Our Salar friend pulling noodles
Thursday we went to see the Terracotta Warriors. After waiting in the burning sun for an hour to board the bus, we finally arrived at the Terracotta site. Little did we know, there’s an insanely long walkway up to the entrance to the pits, and we both got sunburned. I had seen the warriors two years ago when I visited Xi’an for a few days so I wasn’t thrilled about another visit, but Jillian enjoyed it so much that it made it worth it. We got an audio guide, which provided us with an insane number of details about the size of the pits, and the construction of each weapon buried with the warriors. It was a bit much, but interesting. And of course, the people watching at the site was awesome.

Jillian with the warriors in Pit 1
After taking in as much as we could, Jillian and I headed back to the city to the Muslim quarter. We toured the Bell Tower, the Muslim Quarter, and the Great Mosque.

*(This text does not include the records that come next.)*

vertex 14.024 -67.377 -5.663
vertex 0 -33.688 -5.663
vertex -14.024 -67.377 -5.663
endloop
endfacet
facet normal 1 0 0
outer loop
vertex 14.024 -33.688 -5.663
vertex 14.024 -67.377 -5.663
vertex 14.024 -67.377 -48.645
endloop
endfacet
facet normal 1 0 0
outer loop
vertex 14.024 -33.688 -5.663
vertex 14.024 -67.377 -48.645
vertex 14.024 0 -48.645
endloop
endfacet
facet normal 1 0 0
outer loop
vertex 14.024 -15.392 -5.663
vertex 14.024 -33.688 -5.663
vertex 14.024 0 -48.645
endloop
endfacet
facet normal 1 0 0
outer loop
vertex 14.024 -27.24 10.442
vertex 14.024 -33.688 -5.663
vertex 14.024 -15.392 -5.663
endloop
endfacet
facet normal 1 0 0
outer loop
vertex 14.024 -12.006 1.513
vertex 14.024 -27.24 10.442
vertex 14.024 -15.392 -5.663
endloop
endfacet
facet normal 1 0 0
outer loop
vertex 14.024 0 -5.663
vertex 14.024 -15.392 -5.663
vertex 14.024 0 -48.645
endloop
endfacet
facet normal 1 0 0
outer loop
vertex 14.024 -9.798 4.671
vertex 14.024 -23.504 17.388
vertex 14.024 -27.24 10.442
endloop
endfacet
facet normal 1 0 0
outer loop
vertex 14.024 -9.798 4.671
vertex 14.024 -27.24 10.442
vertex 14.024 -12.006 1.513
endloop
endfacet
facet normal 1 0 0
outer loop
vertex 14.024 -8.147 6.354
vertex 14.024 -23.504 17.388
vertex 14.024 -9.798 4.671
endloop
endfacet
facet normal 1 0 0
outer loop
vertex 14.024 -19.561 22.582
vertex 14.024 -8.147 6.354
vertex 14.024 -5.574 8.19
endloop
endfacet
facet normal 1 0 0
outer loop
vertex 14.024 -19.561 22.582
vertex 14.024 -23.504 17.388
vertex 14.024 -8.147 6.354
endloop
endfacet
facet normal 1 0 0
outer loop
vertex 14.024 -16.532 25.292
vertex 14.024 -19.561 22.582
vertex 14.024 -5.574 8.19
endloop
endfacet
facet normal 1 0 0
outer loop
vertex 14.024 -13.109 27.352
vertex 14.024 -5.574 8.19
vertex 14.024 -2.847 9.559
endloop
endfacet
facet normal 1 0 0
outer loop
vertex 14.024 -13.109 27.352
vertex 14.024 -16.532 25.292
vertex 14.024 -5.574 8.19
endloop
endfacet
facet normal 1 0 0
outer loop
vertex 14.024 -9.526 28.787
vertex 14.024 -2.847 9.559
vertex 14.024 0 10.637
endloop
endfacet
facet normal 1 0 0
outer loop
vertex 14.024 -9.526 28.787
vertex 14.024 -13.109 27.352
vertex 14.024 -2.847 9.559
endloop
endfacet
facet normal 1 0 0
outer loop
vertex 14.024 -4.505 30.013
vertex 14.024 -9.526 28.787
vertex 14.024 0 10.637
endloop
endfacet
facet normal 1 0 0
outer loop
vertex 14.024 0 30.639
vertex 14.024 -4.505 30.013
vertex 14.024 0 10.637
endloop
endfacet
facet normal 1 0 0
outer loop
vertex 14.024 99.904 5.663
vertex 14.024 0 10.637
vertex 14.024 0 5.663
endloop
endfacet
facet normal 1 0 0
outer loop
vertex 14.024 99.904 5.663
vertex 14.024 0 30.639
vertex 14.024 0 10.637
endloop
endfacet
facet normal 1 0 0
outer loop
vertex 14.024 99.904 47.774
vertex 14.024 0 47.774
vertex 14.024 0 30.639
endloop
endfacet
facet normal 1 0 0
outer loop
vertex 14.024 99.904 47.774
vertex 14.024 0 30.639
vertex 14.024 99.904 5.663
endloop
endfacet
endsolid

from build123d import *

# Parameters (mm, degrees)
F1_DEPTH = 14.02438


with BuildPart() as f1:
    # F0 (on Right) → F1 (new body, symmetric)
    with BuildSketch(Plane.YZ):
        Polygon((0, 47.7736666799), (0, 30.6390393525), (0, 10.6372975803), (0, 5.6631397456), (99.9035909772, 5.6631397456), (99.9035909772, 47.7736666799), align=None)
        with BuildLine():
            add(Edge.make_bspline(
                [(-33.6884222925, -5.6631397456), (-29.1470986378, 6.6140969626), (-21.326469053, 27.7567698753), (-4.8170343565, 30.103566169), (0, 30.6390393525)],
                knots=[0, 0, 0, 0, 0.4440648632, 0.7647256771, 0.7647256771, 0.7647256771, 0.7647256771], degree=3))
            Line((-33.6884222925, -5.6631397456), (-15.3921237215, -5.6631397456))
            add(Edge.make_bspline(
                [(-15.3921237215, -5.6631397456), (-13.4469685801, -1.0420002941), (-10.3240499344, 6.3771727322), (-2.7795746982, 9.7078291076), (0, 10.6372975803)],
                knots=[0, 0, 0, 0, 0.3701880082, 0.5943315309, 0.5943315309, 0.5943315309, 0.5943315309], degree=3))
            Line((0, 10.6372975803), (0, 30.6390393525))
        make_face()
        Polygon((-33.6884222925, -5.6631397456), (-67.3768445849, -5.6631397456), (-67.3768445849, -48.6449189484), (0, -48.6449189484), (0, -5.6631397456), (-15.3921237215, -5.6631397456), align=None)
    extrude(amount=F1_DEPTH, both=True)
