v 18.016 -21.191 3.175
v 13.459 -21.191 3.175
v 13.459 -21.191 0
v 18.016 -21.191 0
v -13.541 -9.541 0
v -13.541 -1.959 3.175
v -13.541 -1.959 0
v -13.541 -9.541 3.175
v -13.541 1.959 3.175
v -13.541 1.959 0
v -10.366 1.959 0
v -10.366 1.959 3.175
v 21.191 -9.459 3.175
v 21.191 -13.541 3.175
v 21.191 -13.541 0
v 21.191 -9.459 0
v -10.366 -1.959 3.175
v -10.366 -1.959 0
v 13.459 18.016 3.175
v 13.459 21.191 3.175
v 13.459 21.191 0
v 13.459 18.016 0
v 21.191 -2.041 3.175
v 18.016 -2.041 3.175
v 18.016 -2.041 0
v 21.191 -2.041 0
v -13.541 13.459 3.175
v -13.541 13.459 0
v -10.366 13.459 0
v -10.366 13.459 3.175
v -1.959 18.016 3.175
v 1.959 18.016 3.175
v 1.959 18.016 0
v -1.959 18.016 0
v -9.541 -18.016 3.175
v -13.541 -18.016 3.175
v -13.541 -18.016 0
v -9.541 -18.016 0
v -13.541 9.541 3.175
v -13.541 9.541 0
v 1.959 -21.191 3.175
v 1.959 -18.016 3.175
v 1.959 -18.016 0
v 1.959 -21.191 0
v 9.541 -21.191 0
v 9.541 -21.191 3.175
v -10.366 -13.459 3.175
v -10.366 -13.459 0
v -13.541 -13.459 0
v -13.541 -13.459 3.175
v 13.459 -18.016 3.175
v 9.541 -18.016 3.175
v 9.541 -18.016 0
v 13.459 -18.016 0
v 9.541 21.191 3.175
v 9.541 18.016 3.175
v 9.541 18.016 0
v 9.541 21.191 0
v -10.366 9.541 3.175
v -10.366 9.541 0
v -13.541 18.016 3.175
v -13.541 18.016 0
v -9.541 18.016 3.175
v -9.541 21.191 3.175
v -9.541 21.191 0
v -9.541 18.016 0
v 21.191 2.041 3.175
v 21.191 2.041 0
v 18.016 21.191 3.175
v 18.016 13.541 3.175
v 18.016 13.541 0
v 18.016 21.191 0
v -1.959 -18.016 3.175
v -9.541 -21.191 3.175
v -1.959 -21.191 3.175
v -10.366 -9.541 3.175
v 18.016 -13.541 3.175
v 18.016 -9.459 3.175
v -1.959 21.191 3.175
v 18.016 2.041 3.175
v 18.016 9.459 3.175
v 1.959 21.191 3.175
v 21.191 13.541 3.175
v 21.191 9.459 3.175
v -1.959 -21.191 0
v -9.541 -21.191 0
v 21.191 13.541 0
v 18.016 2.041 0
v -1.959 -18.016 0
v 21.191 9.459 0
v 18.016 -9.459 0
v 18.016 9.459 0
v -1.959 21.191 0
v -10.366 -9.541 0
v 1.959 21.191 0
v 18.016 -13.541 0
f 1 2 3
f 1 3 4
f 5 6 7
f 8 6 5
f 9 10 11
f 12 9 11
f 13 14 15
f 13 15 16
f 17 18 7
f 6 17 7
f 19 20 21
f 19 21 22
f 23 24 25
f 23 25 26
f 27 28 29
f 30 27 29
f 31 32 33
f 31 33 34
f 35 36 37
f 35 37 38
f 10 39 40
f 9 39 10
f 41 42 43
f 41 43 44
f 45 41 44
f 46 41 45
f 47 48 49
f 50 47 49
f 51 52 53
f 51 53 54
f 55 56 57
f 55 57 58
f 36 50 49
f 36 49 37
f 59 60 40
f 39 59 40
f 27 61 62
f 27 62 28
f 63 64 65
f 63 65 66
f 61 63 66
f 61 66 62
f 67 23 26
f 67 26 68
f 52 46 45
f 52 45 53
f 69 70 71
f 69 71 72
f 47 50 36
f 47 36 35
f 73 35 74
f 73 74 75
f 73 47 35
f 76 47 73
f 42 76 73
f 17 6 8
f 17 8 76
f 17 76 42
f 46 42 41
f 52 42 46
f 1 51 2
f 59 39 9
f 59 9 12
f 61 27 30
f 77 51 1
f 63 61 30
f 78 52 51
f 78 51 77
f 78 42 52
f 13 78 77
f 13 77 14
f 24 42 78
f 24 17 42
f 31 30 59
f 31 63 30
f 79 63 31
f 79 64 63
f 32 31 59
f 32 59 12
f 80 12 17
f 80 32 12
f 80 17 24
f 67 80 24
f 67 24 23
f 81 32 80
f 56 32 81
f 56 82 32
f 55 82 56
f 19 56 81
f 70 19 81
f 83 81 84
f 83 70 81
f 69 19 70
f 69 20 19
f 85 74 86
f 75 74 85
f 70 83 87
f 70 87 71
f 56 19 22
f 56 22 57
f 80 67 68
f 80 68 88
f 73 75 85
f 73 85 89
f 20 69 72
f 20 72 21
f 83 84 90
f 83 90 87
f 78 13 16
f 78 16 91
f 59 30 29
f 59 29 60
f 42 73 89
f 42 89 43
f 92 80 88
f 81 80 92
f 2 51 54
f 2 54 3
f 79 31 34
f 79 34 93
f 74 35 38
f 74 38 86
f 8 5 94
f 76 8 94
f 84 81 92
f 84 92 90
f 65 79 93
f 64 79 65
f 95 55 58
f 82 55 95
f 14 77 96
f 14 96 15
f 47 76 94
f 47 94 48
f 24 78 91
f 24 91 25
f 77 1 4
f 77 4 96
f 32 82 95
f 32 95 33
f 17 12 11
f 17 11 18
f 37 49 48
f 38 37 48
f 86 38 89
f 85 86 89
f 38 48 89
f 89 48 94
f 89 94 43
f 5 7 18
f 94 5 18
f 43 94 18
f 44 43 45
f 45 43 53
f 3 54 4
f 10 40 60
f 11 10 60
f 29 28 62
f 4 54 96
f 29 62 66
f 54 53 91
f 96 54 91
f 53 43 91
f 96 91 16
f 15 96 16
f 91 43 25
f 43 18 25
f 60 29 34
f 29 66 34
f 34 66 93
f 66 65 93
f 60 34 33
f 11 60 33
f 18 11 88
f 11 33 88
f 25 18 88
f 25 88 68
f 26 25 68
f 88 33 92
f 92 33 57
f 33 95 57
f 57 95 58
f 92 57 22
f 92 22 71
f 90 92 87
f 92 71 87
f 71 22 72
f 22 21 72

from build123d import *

# Parameters (mm, degrees)
BOSS_EXTRUDE1_DEPTH = 3.175
SKETCH4_W           = 3.175
SKETCH4_H           = 4
CUT_EXTRUDE1_DEPTH  = 10
BOSS_EXTRUDE2_DEPTH = 3.175


with BuildPart() as part:
    # Sketch2 → Boss-Extrude1 (new body)
    with BuildSketch(Plane.XY):
        Polygon((-2, 17.975), (-2, 21.15), (-9.5, 21.15), (-9.5, 17.975), (-13.5, 17.975), (-13.5, 21.15), (-21.15, 21.15), (-21.15, 13.5), (-17.975, 13.5), (-17.975, 9.5), (-21.15, 9.5), (-21.15, 2), (-17.975, 2), (-17.975, -2), (-21.15, -2), (-21.15, -9.5), (-17.975, -9.5), (-17.975, -13.5), (-21.15, -13.5), (-21.15, -21.15), (-13.5, -21.15), (-13.5, -17.975), (-9.5, -17.975), (-9.5, -21.15), (-2, -21.15), (-2, -17.975), (2, -17.975), (2, -21.15), (9.5, -21.15), (9.5, -17.975), (13.5, -17.975), (13.5, -21.15), (17.975, -21.15), (17.975, -13.5), (21.15, -13.5), (21.15, -9.5), (17.975, -9.5), (17.975, -2), (21.15, -2), (21.15, 2), (17.975, 2), (17.975, 9.5), (21.15, 9.5), (21.15, 13.5), (17.975, 13.5), (17.975, 21.15), (13.5, 21.15), (13.5, 17.975), (9.5, 17.975), (9.5, 21.15), (2, 21.15), (2, 17.975), align=None)
    extrude(amount=BOSS_EXTRUDE1_DEPTH)

    # Sketch4 → Cut-Extrude1 (cut)
    with BuildSketch(Plane.XY.offset(3.175)):
        Polygon((-13.5, 13.5), (-13.5, 17.975), (-13.5, 21.15), (-21.15, 21.15), (-21.15, -21.15), (-13.5, -21.15), (-13.5, -17.975), (-13.5, -13.5), (-13.5, -9.5), (-13.5, -2), (-13.5, 2), (-13.5, 9.5), align=None)
        with Locations((-11.9125, 11.5)):
            Rectangle(SKETCH4_W, SKETCH4_H)
        with Locations((-11.9125, 0)):
            Rectangle(SKETCH4_W, SKETCH4_H)
        with Locations((-11.9125, -11.5)):
            Rectangle(SKETCH4_W, SKETCH4_H)
    extrude(amount=-CUT_EXTRUDE1_DEPTH, mode=Mode.SUBTRACT)

    # Sketch3 → Boss-Extrude2 (add)
    with BuildSketch(Plane.XY.offset(3.175)):
        Polygon((-13.54064, 18.01564), (-13.54064, 13.45936), (-10.36564, 13.45936), (-10.36564, 9.54064), (-13.54064, 9.54064), (-13.54064, 1.95936), (-10.36564, 1.95936), (-10.36564, -1.95936), (-13.54064, -1.95936), (-13.54064, -9.54064), (-10.36564, -9.54064), (-10.36564, -13.45936), (-13.54064, -13.45936), (-13.54064, -18.01564), (-9.54064, -18.01564), (-9.54064, -21.19064), (-1.95936, -21.19064), (-1.95936, -18.01564), (1.95936, -18.01564), (1.95936, -21.19064), (9.54064, -21.19064), (9.54064, -18.01564), (13.45936, -18.01564), (13.45936, -21.19064), (18.01564, -21.19064), (18.01564, -13.54064), (21.19064, -13.54064), (21.19064, -9.45936), (18.01564, -9.45936), (18.01564, -2.04064), (21.19064, -2.04064), (21.19064, 2.04064), (18.01564, 2.04064), (18.01564, 9.45936), (21.19064, 9.45936), (21.19064, 13.54064), (18.01564, 13.54064), (18.01564, 21.19064), (13.45936, 21.19064), (13.45936, 18.01564), (9.54064, 18.01564), (9.54064, 21.19064), (1.95936, 21.19064), (1.95936, 18.01564), (-1.95936, 18.01564), (-1.95936, 21.19064), (-9.54064, 21.19064), (-9.54064, 18.01564), align=None)
    extrude(amount=-BOSS_EXTRUDE2_DEPTH)


solid = part.part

Jillian at the Great Mosque

The Muslim Quarter

Jillian and I at the Bell Tower

A bell at the bell tower
Then we met Giulia for dinner, and had typical Xi’an 麻酱凉皮 cold sesame “Noodles.” Thursday night we went to a birthday party for my friend Charlie and Jillian got to meet a bunch of my Xi'an friends!

BESTIES!
Tiago, Giulia, and I
Friday, we went to the Wild Goose Pagoda, and walked around the park there with Allie. It was very scenic, and all the Chinese people were freaking out over 3 white girls walking around together so there was a lot of picture posing.




Saturday, Jillian and I biked the city wall, which was really fun but super hot. The bikes have been upgraded since the last time I went (2 years ago) so it was much more comfortable, but still bumpy.



Afterwards, Jillian and I went home and relaxed, and had wonderful best friend bonding time. Jillian left Sunday morning. :( It was so wonderful touring Jillian around China, and getting to rediscover all the great little things about life here that I take for granted. Jillian really made me appreciate the amazing experiences that I'm having here, despite the challenges of life in China. She was very interested in every aspect of Chinese society, history, culture, language, etc. so it was fun to get to share all that I've learned with her! And of course, we had a long discussion about the US Constitution and the Supreme Court- nerds for life! Miss you jilliwood!